# T5HO lighting help for 20 Extra High



## aquaman555 (Mar 22, 2011)

Needing a little help with T-5HO lighting for a 20 gallon X high, which is 23.8" tall and needs a 20" fixture. I currently have a 29g with 65w PC(which is a little much) w/ DIY CO2, that I will switch the plants and fish to the new tank. I am seeing few 20" fixtures, some being 2 x 18w and some 2 x 20w.

I plan on going pressurized CO2 soon after it is setup, will be dosing with Seachem Flourish + their NPK ferts. 

I am kind of unfamiliar with T5HOs and their equivalent output compared to power compacts. So I am looking for any suggestions on fixtures and also should I only run 1 bulb while still using DIY Co2? Any tips on fertilizing, I would prefer dosing only once or twice a week if possible.

Current plants are Amazon sword, dwarf hairgrass, wisteria, ludwigia repens, crypt wendetii and plan on adding some different plants after the switch.
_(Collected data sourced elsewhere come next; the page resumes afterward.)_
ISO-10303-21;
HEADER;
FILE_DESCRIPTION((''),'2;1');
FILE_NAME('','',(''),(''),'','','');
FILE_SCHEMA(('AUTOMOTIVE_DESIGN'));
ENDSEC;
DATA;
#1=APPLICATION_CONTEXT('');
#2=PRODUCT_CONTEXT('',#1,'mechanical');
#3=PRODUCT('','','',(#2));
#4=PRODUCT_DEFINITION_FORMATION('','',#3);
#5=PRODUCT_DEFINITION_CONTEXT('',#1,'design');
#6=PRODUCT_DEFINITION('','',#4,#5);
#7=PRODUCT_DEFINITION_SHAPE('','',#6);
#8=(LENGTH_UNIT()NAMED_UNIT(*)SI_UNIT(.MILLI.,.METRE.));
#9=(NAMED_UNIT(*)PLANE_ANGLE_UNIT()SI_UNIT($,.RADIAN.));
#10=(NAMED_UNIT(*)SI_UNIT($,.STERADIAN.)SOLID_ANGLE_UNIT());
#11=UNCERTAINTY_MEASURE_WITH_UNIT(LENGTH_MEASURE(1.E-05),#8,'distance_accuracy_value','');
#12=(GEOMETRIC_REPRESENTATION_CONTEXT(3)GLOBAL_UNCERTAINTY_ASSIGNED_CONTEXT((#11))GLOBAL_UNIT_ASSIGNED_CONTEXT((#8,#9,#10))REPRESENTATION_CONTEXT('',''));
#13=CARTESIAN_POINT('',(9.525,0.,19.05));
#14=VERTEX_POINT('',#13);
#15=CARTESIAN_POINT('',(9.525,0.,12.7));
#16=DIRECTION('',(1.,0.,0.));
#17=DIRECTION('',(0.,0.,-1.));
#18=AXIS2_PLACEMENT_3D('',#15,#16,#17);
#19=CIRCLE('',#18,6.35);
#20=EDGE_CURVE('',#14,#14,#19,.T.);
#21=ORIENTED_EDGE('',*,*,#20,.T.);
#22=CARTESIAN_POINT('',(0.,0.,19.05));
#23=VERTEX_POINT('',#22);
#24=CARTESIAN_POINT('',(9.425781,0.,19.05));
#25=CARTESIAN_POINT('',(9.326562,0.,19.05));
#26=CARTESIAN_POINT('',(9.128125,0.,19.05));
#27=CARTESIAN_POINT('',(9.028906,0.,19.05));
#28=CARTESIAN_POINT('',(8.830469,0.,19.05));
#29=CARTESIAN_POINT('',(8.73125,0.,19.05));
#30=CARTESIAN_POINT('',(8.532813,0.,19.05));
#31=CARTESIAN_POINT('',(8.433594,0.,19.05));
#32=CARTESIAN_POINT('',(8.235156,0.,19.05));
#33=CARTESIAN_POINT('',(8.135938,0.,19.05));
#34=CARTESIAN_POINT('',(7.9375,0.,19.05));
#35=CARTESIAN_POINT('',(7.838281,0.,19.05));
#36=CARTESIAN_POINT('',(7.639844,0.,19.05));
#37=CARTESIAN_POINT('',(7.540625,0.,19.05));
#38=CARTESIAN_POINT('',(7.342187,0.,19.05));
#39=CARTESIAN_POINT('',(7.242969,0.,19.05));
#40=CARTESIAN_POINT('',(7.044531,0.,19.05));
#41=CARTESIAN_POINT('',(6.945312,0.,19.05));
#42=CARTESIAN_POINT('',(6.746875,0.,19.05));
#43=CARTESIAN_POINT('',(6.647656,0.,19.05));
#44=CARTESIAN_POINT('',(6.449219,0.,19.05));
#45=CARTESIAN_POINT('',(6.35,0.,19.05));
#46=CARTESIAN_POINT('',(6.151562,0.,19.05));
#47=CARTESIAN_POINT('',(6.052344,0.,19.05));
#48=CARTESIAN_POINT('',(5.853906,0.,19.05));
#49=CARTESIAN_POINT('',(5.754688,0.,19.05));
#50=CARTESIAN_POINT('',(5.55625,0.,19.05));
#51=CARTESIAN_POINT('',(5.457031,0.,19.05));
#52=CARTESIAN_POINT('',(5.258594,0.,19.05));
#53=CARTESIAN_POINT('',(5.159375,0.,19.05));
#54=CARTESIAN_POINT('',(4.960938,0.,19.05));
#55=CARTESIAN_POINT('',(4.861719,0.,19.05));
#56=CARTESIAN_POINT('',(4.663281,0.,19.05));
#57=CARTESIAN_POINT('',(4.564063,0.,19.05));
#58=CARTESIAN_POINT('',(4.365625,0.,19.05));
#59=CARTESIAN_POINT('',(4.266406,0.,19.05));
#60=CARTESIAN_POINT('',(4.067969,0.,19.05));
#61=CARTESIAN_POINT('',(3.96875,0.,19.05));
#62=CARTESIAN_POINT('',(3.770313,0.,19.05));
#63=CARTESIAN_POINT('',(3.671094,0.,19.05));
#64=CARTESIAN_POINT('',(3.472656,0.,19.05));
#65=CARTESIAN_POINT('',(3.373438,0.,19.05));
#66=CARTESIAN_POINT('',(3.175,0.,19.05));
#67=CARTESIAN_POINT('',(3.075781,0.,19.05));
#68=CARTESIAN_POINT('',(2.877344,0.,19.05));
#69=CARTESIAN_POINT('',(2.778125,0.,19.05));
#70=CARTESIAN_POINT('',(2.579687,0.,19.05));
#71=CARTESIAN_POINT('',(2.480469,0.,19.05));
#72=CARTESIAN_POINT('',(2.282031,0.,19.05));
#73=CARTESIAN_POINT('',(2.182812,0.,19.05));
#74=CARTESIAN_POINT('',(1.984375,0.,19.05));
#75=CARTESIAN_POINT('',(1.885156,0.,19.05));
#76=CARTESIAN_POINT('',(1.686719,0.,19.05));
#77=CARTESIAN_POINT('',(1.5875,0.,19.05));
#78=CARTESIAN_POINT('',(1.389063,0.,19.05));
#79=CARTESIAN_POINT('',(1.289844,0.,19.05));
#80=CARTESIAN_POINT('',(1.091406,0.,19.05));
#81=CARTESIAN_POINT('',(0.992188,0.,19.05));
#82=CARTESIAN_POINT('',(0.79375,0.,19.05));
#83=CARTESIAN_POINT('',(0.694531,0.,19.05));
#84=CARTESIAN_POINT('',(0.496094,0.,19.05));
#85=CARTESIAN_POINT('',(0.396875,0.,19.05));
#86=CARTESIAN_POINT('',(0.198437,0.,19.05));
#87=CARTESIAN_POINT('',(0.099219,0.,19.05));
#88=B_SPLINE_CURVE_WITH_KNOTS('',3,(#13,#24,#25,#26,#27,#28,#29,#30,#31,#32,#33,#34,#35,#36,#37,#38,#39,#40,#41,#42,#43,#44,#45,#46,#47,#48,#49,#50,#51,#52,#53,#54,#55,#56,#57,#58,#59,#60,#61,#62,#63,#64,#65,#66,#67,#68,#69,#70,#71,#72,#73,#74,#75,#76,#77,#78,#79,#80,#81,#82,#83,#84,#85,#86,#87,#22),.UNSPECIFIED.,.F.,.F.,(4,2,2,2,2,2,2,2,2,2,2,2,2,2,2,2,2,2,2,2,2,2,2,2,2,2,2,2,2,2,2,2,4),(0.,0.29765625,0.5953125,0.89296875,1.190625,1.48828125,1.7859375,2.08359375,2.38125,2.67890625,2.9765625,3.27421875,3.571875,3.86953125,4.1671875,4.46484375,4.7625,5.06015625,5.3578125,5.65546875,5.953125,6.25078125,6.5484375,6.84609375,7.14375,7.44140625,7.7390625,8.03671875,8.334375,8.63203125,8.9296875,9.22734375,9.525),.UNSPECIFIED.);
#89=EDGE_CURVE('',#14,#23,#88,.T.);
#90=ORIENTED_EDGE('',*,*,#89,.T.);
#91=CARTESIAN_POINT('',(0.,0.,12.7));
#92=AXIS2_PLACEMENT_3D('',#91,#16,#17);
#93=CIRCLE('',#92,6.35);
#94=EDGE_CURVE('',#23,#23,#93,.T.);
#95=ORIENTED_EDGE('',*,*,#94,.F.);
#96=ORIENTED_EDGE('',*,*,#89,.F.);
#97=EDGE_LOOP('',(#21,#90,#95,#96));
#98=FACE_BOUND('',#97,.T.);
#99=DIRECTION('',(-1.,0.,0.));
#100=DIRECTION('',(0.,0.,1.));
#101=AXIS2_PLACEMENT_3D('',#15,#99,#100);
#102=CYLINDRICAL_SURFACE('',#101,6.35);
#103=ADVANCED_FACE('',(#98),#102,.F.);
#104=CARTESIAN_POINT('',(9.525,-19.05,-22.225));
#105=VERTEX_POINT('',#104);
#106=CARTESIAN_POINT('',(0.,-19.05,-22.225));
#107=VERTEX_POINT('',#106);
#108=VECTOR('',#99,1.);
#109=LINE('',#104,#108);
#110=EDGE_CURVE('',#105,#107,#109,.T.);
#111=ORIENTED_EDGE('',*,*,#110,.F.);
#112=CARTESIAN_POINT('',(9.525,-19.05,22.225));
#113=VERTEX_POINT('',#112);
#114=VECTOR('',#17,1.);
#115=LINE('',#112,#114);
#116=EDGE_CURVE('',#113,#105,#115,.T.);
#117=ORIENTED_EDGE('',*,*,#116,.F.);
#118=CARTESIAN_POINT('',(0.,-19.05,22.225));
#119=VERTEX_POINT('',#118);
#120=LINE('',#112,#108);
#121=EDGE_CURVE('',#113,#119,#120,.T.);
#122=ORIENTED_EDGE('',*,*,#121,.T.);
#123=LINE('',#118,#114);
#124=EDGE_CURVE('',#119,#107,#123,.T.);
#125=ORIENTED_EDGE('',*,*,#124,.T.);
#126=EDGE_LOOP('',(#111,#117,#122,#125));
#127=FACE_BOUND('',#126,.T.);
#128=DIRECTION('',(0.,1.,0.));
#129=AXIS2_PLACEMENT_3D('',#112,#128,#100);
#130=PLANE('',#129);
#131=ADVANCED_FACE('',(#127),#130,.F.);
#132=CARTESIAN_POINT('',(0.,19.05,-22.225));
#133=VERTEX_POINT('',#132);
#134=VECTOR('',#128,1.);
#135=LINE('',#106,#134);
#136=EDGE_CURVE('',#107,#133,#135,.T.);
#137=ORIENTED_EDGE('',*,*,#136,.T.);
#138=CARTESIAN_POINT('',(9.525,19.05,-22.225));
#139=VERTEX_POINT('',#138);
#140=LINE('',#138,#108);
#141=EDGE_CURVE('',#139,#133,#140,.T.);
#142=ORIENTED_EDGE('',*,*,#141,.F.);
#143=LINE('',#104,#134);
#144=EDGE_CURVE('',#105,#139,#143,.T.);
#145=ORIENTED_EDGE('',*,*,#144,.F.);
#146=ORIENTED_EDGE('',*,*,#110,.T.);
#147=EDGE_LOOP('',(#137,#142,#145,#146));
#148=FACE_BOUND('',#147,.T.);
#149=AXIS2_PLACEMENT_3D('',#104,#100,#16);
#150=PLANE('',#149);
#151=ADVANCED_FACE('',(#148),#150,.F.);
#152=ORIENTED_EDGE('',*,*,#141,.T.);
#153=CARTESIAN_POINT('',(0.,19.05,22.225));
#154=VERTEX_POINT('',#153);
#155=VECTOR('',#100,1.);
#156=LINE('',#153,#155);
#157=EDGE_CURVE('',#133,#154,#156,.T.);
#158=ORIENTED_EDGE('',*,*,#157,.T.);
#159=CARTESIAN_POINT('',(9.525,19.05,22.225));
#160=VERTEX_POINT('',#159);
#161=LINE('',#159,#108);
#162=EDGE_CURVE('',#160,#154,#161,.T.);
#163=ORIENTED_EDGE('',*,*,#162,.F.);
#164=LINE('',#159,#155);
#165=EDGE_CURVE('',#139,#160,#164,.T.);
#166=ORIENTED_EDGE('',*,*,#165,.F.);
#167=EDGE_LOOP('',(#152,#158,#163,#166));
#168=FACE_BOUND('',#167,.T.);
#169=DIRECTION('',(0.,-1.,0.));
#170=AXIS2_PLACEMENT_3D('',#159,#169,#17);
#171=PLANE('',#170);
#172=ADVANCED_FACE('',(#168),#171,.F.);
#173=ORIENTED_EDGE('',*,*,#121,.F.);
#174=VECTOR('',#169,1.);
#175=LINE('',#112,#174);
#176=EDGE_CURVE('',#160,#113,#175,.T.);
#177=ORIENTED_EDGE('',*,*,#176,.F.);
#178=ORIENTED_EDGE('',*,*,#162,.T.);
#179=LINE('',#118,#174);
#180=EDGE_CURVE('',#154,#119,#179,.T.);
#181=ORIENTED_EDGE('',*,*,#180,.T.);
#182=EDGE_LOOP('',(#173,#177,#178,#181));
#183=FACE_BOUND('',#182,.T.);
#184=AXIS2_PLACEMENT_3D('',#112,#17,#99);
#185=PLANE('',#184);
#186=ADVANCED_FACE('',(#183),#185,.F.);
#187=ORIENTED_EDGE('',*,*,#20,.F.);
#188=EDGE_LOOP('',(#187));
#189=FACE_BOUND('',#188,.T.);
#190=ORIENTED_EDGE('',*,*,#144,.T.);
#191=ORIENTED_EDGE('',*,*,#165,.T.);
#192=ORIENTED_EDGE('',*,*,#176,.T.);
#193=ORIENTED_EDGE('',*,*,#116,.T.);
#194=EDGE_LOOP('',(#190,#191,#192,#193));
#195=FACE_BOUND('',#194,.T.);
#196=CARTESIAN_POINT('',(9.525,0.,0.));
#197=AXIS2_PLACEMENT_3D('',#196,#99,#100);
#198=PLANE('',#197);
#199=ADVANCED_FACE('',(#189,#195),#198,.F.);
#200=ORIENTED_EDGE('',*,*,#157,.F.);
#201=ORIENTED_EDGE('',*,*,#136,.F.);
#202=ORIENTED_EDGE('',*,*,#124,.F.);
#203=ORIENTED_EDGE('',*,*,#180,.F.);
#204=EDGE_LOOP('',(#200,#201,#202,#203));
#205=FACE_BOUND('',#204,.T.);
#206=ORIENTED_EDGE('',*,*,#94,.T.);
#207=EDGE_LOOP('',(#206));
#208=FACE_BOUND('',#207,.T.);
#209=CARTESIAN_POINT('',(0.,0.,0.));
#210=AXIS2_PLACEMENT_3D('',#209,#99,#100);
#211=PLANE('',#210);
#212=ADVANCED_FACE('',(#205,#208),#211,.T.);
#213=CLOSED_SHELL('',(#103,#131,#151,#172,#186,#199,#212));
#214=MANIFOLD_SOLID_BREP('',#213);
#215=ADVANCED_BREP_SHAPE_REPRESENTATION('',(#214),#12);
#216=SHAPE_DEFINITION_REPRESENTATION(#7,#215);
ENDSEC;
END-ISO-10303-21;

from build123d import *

# Parameters (mm, degrees)
SKETCH1_W           = 44.45
SKETCH1_H           = 38.1
SKETCH1_R           = 6.35
BOSS_EXTRUDE1_DEPTH = 9.525


with BuildPart() as part:
    # Sketch1 → Boss-Extrude1 (new body)
    with BuildSketch(Plane(origin=(0, 0, 0), x_dir=(0, 0, -1), z_dir=(1, 0, 0))):
        Rectangle(SKETCH1_W, SKETCH1_H)
        with Locations(Location((-12.7, 0, 0), (0, 0, 180))):
            Circle(SKETCH1_R, mode=Mode.SUBTRACT)
    extrude(amount=BOSS_EXTRUDE1_DEPTH)


solid = part.part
Thanks in advance for any input. I've been into planted tanks for about a year and have learned a lot and battled a lot of algae as well. I was a reef guy and the thing I learned after researching was I was thinking too high of lighting and my biggest mistake was not realizing planted tanks weren't as light needy as reef tanks and that it takes more than dosing the simple one bottle of fertilizer like it's portrayed at big chains.


----------



## aquaman555 (Mar 22, 2011)

Anyone? I am concerned whether 40 watts of T5HO will be enough for such a tall tank, especially once I go pressurized. Any input would be appreciated. I am making a move soon and want to have the 20g setup at the new place before taking down the 29.


----------



## Seattle_Aquarist (Mar 7, 2008)

Hi aquaman555,

Actually a PC would be a good choice for a 23"+ tank. An AH Supply 1X36 watt PC kit (17.5" long) with an MIRO 4 reflector should give you about 50 PAR at the substrate level.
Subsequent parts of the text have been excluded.